Software-as-a-service (SaaS), platform-as-a-service (PaaS) and infrastructure-as-a-service (IaaS) are no longer alone in the cloud resource market. As the cloud’s underlying technology has gained ground among enterprise, midsize and even small businesses, its services have undergone significant change, evolving beyond these three well-known models. So what’s next?
Start with the Basics
SaaS is the simplest cloud model, providing applications over a distributed network and eliminating the need for installation on local servers. This is often the first step for cloud-unsure companies, or those who have complicated legacy systems in place. PaaS, meanwhile, broadens scope of IT power in their own cloud, allowing the freedom to design and test applications in-house, but with the safety of separate compute instances. For ambitious admins, IaaS offers a from-the-ground-up solution requiring greater management, and potentially greater rewards.
Each type has been refined by large industry players and niche market goers alike, with an aim to improve their uptime, speed of implementation, and ease of use. Costs, meanwhile, have come down, as providers hammer out common contract terminology and IT professionals become more discerning about suppliers they choose. The result is market evolving beyond the “big three” of traditional cloud computing.
For starters, options like database-as-a-service (DBaaS), business-intelligence-as-a-service (BIaaS), and security-as-a-service (SECaaS). In short, any resources used by companies in-house are potential candidates for the cloud.

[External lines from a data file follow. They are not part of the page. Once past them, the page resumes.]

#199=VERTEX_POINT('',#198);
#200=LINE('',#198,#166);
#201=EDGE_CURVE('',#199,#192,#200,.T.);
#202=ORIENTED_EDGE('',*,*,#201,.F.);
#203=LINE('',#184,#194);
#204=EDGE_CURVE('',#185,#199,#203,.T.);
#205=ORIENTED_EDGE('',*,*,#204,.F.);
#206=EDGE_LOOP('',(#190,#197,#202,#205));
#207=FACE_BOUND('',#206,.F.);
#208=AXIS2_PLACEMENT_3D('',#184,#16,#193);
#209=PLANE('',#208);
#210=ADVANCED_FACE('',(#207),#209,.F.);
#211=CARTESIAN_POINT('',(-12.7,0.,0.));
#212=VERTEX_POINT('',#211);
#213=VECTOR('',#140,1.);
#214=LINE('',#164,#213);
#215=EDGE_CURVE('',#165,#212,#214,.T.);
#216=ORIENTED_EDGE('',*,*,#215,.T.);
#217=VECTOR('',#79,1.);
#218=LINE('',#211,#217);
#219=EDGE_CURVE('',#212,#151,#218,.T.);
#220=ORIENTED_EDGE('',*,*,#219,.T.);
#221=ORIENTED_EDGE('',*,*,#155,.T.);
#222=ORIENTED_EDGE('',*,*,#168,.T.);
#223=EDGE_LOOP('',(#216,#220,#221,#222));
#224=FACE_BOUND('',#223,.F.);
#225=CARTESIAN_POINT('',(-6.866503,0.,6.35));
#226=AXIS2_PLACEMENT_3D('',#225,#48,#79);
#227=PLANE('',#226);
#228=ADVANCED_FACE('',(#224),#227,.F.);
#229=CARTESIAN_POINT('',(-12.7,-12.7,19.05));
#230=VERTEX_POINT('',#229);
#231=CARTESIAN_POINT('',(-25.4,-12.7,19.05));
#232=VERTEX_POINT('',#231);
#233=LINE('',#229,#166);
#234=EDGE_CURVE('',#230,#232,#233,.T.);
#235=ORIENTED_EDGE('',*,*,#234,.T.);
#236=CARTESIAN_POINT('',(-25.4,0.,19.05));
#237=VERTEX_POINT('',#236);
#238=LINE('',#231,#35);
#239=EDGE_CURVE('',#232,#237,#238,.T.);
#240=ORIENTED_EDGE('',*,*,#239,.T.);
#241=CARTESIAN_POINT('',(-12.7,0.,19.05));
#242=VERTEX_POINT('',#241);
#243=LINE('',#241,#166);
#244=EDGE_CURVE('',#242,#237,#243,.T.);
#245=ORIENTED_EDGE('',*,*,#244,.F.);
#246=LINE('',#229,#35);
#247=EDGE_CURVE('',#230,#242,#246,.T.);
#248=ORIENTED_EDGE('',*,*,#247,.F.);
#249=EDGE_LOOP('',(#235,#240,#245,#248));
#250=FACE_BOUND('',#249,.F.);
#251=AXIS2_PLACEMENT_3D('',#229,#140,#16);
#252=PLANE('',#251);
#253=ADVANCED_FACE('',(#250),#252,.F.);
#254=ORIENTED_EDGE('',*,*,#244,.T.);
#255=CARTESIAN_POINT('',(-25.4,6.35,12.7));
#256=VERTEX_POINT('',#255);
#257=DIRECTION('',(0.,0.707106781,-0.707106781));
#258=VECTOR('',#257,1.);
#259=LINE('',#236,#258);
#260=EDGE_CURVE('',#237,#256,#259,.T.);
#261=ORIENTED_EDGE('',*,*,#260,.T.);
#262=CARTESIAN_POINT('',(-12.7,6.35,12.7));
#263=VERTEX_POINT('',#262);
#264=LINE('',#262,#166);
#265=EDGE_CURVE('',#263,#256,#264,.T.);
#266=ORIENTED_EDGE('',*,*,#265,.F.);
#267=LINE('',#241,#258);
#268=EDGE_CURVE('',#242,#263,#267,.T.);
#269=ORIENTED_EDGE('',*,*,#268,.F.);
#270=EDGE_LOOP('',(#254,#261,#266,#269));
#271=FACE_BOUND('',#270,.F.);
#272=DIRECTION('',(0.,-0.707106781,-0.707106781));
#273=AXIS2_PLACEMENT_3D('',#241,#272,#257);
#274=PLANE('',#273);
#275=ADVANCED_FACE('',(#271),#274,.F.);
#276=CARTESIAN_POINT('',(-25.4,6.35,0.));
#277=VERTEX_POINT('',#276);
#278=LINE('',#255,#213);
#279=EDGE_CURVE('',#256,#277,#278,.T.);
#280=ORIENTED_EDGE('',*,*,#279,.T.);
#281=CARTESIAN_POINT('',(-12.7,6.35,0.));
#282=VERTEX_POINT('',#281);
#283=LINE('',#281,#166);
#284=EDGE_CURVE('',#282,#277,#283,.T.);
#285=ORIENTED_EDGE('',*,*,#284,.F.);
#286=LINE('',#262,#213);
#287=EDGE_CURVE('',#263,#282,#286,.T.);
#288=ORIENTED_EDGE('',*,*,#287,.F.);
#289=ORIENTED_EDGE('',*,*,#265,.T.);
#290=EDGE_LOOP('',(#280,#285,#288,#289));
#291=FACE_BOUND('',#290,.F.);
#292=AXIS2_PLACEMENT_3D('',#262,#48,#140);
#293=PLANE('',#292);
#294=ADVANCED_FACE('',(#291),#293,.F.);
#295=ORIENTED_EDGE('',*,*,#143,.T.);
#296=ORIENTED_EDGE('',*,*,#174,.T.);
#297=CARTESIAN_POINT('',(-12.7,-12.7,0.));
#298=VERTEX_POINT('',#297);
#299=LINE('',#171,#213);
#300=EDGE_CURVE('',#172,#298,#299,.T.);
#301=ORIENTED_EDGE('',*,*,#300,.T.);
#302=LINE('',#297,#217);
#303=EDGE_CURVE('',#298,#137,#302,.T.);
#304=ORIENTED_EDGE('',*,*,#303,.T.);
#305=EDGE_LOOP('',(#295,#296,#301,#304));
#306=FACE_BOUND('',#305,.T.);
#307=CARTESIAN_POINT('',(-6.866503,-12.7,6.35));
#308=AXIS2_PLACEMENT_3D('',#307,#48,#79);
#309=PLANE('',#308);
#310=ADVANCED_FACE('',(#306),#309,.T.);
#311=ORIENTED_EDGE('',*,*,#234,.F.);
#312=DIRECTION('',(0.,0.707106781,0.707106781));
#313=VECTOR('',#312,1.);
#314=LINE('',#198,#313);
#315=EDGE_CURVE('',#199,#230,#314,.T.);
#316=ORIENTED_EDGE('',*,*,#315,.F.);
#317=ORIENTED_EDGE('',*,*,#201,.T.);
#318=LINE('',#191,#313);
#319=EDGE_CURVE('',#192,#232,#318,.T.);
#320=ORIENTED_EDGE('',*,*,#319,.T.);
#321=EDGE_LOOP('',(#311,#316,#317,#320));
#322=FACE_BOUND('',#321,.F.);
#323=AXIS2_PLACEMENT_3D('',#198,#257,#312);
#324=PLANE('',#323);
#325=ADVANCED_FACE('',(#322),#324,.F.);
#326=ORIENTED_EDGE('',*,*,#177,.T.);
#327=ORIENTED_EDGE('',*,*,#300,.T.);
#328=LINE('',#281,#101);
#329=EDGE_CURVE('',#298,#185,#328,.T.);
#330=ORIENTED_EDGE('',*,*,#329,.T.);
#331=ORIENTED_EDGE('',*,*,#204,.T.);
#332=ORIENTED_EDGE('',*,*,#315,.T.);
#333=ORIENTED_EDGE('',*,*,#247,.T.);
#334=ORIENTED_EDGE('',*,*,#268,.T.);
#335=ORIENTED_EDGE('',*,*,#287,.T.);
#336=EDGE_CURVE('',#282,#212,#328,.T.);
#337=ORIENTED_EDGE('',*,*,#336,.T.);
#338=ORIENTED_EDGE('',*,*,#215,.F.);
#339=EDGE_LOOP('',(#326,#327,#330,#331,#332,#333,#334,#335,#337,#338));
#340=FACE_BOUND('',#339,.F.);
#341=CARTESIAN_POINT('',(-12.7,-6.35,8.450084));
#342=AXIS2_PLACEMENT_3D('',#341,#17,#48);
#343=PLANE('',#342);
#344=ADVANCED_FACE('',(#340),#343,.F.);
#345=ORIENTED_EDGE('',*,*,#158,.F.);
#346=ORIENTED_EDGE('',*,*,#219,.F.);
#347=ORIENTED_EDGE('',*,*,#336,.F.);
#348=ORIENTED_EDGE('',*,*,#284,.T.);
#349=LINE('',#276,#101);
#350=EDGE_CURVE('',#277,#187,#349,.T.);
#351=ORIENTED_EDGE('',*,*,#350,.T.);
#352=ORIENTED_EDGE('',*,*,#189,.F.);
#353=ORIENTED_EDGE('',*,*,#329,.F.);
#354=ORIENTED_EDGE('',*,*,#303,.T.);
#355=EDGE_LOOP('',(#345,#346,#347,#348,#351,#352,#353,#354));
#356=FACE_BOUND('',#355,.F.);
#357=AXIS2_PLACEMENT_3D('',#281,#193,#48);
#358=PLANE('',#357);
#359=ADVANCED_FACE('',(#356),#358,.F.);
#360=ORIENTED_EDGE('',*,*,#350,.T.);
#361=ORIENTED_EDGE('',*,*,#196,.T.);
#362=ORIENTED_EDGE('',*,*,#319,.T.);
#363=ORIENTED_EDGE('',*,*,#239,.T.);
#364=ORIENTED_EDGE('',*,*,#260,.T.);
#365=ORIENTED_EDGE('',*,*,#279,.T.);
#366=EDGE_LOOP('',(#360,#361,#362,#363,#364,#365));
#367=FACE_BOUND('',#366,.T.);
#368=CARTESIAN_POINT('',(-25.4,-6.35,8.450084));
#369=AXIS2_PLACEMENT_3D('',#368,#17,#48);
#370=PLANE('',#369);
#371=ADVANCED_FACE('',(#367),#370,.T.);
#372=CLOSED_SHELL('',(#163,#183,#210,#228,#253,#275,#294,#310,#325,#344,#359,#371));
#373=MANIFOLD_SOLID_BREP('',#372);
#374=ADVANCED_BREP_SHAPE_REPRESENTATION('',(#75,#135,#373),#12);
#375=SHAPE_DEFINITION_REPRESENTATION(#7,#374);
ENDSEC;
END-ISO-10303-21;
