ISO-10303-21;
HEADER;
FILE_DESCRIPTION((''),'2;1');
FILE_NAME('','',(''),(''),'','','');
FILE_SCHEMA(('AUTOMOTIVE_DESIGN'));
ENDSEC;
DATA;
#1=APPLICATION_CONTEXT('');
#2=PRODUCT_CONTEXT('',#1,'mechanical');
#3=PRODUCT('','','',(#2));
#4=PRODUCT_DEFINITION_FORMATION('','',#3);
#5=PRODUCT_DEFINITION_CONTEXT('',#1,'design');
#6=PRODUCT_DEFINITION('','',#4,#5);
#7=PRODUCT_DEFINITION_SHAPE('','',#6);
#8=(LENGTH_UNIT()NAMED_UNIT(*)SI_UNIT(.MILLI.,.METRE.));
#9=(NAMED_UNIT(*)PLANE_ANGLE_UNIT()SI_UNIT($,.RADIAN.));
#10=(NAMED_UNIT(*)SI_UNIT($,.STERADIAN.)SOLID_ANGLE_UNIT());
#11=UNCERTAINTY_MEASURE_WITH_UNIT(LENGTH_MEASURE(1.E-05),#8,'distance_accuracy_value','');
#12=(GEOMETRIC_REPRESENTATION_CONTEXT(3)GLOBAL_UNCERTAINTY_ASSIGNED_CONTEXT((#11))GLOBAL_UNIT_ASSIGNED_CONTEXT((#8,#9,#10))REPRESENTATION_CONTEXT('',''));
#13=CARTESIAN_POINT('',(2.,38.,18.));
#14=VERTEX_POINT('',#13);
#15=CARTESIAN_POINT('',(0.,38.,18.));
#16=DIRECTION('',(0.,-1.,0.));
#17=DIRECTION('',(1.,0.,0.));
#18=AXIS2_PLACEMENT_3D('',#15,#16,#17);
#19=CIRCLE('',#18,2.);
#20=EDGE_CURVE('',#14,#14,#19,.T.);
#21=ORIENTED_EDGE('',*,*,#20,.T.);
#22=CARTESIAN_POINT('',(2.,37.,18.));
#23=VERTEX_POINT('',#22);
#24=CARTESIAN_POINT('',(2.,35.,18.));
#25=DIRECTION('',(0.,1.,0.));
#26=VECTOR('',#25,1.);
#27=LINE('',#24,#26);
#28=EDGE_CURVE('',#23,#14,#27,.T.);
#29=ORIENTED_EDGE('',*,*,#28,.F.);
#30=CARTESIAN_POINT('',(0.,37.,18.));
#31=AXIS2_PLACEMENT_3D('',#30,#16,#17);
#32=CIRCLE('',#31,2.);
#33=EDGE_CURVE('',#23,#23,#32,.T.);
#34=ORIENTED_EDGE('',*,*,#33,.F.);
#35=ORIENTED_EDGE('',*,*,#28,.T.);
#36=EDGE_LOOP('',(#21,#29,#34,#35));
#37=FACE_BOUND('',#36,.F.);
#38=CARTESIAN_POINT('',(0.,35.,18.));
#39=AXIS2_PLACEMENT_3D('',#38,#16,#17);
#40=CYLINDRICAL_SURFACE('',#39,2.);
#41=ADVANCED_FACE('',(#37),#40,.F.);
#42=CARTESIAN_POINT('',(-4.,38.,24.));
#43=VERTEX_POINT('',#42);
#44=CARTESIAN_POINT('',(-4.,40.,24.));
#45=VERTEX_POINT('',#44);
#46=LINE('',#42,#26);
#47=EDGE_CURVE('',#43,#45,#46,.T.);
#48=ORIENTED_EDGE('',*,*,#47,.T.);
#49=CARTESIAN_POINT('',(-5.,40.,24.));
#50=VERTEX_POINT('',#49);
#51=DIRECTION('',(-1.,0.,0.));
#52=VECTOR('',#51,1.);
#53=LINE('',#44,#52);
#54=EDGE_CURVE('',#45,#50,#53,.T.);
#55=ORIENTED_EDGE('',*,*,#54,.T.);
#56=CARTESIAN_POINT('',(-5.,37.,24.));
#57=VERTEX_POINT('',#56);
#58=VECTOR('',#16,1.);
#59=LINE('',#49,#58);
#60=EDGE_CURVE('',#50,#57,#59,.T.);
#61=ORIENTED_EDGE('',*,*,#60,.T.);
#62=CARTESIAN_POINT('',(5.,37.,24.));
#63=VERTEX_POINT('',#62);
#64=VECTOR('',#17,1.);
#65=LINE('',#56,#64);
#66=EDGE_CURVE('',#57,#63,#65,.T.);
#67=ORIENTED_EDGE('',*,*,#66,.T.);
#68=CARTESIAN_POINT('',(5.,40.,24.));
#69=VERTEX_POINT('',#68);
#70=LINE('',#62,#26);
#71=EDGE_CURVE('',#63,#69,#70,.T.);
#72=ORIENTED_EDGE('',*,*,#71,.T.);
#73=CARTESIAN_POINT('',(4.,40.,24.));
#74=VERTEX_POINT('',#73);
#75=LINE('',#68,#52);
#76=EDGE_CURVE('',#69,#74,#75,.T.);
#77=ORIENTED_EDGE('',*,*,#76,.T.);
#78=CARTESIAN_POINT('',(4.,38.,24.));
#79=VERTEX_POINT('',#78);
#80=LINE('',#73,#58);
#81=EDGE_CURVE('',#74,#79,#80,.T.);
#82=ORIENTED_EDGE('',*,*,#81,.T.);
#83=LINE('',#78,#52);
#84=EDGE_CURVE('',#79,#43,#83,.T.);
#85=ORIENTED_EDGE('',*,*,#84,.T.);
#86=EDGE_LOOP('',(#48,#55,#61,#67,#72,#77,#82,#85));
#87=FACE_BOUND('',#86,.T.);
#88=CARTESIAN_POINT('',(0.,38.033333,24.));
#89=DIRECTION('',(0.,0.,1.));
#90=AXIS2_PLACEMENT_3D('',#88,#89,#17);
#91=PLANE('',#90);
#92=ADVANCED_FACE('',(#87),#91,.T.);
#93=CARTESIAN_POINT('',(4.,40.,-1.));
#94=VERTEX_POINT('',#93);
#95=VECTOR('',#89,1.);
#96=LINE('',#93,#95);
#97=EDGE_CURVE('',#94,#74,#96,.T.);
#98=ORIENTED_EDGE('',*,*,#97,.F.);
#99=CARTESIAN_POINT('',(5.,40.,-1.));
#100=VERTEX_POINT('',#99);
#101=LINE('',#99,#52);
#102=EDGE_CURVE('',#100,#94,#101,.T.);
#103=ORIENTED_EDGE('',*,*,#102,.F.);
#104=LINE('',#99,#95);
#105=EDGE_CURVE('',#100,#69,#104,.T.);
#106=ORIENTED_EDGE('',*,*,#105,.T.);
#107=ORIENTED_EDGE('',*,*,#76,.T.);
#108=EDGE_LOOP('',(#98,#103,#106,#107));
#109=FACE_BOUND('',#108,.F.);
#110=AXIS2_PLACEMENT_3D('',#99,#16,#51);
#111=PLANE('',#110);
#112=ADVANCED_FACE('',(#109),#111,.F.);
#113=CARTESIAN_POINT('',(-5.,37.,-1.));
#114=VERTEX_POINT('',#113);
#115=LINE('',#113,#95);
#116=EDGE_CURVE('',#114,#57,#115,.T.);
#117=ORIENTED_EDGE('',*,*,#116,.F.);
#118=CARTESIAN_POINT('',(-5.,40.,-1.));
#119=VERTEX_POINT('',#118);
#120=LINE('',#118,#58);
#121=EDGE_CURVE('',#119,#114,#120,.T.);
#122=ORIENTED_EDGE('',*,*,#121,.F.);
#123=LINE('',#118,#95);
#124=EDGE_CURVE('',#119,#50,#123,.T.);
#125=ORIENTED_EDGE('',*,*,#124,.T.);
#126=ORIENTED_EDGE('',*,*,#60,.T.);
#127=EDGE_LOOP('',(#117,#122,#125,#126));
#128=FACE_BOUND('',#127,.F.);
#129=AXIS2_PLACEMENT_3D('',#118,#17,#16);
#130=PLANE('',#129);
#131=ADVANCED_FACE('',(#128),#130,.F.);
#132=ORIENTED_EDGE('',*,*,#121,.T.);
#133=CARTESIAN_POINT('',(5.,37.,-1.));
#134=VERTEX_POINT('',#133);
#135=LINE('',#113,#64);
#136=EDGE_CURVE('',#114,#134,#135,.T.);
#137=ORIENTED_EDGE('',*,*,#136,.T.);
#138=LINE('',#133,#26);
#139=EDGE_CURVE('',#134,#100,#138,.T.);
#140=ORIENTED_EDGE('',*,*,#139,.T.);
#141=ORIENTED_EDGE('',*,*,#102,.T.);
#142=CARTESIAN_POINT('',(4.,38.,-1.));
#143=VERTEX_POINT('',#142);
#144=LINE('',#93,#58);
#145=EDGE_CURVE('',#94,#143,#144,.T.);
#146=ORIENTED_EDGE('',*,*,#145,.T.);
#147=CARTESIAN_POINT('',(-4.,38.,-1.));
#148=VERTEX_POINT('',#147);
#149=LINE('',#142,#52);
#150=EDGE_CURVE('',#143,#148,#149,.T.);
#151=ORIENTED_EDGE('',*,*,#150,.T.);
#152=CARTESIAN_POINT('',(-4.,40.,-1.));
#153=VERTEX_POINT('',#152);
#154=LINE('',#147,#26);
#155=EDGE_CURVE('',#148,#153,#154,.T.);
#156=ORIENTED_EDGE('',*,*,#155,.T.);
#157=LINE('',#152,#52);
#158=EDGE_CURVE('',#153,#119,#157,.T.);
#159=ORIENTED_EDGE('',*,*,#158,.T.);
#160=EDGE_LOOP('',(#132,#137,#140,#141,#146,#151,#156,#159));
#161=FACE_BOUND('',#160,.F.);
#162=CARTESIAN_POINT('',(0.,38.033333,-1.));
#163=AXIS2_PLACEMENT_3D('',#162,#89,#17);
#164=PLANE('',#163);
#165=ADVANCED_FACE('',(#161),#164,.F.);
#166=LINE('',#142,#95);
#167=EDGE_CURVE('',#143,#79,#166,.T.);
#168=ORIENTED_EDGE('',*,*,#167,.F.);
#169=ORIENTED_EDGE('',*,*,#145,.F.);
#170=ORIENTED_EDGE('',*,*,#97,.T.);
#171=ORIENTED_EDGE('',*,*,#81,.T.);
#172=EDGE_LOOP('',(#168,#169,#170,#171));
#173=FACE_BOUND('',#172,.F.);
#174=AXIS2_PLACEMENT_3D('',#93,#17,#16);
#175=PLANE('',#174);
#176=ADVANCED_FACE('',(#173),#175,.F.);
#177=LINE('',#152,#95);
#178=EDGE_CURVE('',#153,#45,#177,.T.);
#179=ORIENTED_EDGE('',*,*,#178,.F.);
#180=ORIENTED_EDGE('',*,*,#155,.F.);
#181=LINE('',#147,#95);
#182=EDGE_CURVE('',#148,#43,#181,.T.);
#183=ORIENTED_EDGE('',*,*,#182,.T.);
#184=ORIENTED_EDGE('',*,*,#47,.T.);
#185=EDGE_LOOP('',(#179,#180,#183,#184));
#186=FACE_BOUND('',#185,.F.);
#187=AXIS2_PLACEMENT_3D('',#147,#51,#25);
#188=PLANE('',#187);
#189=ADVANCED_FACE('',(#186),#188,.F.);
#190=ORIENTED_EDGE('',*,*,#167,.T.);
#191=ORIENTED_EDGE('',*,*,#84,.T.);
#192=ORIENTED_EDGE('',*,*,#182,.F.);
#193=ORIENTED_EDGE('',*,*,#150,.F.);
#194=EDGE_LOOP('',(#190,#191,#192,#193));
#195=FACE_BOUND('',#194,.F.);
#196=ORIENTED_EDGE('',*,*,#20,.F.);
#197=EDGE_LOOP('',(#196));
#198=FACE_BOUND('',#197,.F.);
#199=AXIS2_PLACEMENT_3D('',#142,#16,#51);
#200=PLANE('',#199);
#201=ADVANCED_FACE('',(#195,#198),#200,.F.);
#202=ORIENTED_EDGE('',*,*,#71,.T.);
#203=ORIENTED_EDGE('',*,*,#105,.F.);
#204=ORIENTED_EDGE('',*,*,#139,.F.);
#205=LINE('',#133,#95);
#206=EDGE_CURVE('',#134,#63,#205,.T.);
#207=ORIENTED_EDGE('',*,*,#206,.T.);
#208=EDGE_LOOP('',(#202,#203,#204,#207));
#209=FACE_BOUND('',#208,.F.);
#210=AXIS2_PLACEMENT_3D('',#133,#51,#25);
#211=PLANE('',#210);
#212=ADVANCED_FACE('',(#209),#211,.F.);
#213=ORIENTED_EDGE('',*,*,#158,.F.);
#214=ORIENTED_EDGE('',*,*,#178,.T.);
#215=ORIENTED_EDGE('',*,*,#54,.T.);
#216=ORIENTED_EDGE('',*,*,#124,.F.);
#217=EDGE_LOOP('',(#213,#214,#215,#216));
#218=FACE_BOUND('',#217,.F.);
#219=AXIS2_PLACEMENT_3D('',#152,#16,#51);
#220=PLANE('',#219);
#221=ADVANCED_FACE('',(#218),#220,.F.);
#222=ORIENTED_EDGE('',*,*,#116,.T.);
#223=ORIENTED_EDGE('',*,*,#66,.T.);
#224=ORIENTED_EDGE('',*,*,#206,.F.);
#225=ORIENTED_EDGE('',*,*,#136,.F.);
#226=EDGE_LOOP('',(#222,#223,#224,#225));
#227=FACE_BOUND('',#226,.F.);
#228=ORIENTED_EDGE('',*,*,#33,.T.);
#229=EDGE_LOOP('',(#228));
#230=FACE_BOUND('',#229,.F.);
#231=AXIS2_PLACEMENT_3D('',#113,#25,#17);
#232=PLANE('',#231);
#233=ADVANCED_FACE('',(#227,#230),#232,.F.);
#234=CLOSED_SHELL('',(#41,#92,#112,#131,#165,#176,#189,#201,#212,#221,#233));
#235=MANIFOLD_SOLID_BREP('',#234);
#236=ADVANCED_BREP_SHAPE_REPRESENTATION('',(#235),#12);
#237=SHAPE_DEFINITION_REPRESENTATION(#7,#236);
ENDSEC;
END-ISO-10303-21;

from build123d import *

# Parameters (mm, degrees)
SKETCH052_R      = 2
EXTRUDE049_DEPTH = 5
EXTRUDE048_DEPTH = 25


with BuildPart() as extrude049:
    # Sketch052 → Extrude049 (new body)
    with BuildSketch(Plane.XZ.offset(-35)):
        with Locations((0, 18)):
            Circle(SKETCH052_R)
    extrude(amount=-EXTRUDE049_DEPTH)


with BuildPart() as hook:
    # Sketch051 → Extrude048 (new body)
    with BuildSketch(Plane.XY.offset(-1)):
        Polygon((-5, 40), (-5, 37), (5, 37), (5, 40), (4, 40), (4, 38), (-4, 38), (-4, 40), align=None)
    extrude(amount=EXTRUDE048_DEPTH)

    # Cut041: cut Extrude049
    add(extrude049.part, mode=Mode.SUBTRACT)


solid = hook.part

Of particular note is the evolution of storage-as-a-service (STaaS). A truly cloud-based storage environment has the potential to eliminate substantial server costs over time, while keeping data close enough at hand to access as though present on-site. But ways to manage this resource effectively go beyond simple storage containers and disaster recovery locations; the evolution of this cloud compute feature is to take advantage of the largely untapped processor capabilities inherent in deployment. It works like this: Stored data takes up space, but doesn’t make best use of server potential. Providers are now capitalizing on this imbalance by creating app testing and execution environments in the space between. This allows storage services to do double-duty, improving their value without compromising their function.
IT resource management has improved significantly thanks to basic cloud solutions like SaaS, PaaS and IaaS. In addition, more advanced alternatives are also coming to bear as the market matures, and better use is made of existing technology.